━━ Input for this task

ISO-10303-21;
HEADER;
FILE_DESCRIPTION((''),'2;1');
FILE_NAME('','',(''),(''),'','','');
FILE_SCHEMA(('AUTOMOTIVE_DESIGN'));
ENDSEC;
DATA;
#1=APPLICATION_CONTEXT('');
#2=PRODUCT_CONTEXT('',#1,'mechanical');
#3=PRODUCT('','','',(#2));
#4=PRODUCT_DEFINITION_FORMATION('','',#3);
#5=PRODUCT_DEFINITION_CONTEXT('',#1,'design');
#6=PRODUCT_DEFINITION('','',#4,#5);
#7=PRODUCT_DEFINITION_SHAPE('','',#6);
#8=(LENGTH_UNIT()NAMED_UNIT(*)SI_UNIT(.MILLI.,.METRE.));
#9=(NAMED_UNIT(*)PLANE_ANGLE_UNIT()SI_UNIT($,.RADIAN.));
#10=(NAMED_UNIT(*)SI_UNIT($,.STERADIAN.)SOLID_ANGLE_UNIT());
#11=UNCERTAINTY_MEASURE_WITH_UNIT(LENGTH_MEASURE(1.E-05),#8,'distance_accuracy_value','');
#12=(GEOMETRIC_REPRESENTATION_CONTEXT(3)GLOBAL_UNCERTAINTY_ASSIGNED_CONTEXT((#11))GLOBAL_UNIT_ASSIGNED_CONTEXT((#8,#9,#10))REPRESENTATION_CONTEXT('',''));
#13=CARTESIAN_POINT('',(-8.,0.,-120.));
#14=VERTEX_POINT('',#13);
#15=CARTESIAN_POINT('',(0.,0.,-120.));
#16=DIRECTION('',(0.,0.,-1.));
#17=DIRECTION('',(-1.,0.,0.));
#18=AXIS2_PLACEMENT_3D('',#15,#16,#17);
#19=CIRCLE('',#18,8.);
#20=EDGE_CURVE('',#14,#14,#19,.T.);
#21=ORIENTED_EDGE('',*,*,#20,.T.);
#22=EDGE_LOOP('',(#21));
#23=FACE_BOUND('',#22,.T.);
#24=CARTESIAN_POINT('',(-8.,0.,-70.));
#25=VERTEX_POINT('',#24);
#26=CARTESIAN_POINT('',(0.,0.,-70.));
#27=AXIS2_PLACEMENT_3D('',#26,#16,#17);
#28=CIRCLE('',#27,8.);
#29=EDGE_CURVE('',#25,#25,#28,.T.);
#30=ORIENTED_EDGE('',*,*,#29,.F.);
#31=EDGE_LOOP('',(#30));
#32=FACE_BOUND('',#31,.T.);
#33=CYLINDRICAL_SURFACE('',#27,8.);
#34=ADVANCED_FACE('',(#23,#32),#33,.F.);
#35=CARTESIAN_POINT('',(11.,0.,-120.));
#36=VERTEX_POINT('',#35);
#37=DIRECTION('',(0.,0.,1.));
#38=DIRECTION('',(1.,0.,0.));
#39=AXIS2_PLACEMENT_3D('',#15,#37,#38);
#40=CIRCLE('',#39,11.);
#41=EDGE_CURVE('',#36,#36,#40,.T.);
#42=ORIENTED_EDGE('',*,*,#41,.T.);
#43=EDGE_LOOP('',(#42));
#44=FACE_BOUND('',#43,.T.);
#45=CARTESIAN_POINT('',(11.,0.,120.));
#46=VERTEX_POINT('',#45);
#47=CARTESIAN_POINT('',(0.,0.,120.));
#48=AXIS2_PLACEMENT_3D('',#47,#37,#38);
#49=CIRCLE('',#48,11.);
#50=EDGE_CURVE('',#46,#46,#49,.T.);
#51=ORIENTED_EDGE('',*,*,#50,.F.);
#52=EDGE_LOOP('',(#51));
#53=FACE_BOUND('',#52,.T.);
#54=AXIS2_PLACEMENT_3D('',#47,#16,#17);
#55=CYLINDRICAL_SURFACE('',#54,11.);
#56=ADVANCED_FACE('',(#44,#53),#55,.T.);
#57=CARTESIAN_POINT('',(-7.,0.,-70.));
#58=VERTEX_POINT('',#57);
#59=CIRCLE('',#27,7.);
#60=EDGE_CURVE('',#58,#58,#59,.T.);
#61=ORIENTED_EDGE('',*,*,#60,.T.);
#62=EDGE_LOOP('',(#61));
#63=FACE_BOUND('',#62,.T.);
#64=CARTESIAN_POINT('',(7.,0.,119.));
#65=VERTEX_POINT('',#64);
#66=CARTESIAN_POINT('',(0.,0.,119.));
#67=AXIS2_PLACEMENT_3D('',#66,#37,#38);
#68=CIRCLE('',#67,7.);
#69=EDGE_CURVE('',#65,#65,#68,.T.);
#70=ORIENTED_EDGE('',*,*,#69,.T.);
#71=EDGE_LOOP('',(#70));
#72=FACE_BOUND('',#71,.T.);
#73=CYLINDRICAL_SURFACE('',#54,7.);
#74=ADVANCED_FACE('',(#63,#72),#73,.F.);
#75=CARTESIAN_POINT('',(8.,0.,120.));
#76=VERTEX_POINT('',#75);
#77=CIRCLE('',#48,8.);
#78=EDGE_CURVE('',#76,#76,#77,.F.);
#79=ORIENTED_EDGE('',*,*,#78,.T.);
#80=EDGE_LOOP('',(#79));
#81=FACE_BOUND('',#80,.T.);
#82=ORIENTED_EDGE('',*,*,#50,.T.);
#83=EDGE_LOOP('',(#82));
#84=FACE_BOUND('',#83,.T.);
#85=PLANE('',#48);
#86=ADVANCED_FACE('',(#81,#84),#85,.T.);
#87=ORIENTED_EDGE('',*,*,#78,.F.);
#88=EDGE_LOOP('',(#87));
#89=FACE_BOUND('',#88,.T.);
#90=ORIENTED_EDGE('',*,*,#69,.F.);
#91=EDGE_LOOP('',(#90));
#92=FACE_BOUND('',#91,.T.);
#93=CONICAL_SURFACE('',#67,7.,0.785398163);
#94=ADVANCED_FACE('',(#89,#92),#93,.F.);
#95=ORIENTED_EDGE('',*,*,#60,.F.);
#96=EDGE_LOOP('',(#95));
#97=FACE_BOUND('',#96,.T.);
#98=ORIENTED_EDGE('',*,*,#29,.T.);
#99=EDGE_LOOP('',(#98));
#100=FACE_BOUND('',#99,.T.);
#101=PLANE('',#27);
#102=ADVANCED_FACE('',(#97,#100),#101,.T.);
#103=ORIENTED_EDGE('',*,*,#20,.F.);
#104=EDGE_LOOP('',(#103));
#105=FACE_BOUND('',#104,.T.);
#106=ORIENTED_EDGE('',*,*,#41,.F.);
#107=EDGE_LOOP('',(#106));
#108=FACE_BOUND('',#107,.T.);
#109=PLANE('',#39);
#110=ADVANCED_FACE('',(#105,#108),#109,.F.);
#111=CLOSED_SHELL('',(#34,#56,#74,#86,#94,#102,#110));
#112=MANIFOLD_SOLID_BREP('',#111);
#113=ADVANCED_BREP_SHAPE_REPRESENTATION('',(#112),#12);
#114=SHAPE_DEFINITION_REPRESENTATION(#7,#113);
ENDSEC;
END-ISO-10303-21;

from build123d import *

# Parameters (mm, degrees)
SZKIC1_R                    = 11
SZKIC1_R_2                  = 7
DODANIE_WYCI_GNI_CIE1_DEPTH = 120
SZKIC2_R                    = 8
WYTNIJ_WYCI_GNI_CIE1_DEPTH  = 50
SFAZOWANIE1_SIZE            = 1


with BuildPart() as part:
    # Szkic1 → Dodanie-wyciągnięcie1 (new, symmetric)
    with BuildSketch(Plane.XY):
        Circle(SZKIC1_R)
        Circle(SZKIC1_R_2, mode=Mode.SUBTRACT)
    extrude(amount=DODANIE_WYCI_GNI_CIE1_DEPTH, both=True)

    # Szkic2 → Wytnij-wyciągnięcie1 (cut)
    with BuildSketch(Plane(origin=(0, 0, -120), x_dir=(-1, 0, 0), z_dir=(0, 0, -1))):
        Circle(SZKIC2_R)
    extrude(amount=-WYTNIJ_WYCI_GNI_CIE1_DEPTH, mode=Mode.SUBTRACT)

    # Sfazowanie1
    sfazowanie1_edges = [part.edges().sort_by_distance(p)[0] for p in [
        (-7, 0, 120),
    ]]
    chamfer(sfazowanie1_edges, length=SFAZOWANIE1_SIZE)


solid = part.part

━━━━
━━ Input for this task

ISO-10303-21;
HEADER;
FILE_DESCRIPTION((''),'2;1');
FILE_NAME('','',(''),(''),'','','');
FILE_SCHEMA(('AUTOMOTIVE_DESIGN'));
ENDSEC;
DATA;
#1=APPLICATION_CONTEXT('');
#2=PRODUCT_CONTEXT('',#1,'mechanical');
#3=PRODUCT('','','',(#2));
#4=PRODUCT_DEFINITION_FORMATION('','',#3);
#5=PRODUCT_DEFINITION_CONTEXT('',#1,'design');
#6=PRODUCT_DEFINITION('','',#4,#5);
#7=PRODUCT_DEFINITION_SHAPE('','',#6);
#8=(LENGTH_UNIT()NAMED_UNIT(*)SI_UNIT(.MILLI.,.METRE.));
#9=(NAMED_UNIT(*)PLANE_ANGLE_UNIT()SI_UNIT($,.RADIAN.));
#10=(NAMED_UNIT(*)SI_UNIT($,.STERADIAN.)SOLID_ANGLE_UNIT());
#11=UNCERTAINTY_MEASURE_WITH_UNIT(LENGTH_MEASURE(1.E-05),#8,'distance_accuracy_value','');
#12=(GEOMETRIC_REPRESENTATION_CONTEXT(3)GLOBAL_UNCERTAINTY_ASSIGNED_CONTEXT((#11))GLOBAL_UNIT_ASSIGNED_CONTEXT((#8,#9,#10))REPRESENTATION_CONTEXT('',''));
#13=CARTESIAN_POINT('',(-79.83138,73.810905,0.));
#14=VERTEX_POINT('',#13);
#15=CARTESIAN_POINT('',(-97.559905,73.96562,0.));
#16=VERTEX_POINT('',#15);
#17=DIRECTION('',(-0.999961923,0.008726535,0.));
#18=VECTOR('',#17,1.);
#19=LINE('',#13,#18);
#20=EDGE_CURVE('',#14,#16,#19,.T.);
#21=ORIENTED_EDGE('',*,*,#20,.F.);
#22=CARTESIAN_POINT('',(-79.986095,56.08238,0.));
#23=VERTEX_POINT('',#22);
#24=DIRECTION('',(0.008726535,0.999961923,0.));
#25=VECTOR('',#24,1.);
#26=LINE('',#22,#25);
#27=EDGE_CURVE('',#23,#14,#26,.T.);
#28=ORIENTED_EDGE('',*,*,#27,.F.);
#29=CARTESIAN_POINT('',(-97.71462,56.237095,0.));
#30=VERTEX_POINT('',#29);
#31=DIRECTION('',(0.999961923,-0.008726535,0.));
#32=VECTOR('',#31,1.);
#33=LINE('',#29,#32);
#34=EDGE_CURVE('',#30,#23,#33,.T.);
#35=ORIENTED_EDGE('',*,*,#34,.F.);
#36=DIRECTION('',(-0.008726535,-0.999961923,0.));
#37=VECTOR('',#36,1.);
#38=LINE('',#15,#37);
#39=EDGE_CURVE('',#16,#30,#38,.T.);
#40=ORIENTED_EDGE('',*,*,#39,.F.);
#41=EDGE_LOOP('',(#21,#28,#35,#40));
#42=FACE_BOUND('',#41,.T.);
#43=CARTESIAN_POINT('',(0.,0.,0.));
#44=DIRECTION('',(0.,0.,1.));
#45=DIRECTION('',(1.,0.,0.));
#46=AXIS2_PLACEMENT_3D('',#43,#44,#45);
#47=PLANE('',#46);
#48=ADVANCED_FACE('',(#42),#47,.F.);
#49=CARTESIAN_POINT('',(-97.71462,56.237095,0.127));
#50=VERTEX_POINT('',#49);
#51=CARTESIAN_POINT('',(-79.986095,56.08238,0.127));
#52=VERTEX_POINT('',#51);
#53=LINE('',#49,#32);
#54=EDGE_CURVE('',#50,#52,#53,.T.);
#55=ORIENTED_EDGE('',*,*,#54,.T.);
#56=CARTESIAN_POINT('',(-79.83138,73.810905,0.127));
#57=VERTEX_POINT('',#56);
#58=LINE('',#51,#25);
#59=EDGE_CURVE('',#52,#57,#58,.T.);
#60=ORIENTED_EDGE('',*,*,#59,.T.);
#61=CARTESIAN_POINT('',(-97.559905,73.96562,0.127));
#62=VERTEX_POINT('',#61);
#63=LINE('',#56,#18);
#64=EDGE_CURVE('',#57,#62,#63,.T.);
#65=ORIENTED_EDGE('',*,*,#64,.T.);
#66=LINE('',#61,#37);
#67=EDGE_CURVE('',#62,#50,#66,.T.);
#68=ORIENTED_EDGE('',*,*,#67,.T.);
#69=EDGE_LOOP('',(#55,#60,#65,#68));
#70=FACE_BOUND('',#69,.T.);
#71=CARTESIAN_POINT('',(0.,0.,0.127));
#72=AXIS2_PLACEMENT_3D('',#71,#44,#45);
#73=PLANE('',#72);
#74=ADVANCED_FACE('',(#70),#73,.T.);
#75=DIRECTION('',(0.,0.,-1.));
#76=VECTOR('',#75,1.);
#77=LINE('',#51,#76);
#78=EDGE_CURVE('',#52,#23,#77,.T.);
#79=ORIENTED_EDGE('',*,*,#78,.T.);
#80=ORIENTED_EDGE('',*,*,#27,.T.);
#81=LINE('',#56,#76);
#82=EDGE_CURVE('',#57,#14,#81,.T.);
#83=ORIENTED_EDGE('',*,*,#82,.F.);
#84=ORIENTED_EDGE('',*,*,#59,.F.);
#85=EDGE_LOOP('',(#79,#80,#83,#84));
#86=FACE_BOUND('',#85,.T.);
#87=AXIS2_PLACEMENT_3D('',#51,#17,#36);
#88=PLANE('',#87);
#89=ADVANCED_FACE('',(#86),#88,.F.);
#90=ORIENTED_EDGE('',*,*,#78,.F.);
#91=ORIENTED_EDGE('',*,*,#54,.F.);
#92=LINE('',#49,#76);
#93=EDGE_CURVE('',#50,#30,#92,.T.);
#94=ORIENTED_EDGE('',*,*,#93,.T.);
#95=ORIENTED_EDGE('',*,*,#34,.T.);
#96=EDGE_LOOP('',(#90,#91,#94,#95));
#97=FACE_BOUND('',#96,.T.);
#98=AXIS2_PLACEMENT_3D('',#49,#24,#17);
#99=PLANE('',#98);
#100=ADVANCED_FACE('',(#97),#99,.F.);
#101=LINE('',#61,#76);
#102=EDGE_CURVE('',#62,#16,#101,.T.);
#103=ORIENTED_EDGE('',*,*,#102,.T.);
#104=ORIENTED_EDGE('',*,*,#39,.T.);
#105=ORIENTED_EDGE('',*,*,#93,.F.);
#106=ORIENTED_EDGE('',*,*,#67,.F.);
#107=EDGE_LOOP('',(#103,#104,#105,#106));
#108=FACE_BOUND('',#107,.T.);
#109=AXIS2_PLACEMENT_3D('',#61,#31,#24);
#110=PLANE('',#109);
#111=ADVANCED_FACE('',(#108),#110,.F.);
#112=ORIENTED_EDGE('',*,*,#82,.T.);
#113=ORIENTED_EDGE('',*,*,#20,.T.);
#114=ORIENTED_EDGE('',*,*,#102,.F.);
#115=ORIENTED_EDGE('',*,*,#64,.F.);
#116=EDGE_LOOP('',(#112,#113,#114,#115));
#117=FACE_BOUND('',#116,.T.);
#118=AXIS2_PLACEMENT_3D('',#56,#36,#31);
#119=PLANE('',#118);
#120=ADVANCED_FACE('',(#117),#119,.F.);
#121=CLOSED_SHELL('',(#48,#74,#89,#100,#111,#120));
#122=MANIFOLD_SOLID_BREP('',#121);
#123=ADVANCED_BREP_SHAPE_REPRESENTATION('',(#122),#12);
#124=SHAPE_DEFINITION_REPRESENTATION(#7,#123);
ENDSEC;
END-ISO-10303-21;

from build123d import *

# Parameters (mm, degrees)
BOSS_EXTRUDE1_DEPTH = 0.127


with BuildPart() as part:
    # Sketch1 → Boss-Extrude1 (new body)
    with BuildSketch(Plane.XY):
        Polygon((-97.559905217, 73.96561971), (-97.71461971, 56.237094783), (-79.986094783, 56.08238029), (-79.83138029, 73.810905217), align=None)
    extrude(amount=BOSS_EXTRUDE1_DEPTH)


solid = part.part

━━━━

- _Description of the task_
Using the records above, restate word for word the lines from the one with "#80=EDGE_LOOP('',(#79));" through the one with "#102=ADVANCED_FACE('',(#97,#100),#101,.T.);", both included.

- _Result of the task_
#80=EDGE_LOOP('',(#79));
#81=FACE_BOUND('',#80,.T.);
#82=ORIENTED_EDGE('',*,*,#50,.T.);
#83=EDGE_LOOP('',(#82));
#84=FACE_BOUND('',#83,.T.);
#85=PLANE('',#48);
#86=ADVANCED_FACE('',(#81,#84),#85,.T.);
#87=ORIENTED_EDGE('',*,*,#78,.F.);
#88=EDGE_LOOP('',(#87));
#89=FACE_BOUND('',#88,.T.);
#90=ORIENTED_EDGE('',*,*,#69,.F.);
#91=EDGE_LOOP('',(#90));
#92=FACE_BOUND('',#91,.T.);
#93=CONICAL_SURFACE('',#67,7.,0.785398163);
#94=ADVANCED_FACE('',(#89,#92),#93,.F.);
#95=ORIENTED_EDGE('',*,*,#60,.F.);
#96=EDGE_LOOP('',(#95));
#97=FACE_BOUND('',#96,.T.);
#98=ORIENTED_EDGE('',*,*,#29,.T.);
#99=EDGE_LOOP('',(#98));
#100=FACE_BOUND('',#99,.T.);
#101=PLANE('',#27);
#102=ADVANCED_FACE('',(#97,#100),#101,.T.);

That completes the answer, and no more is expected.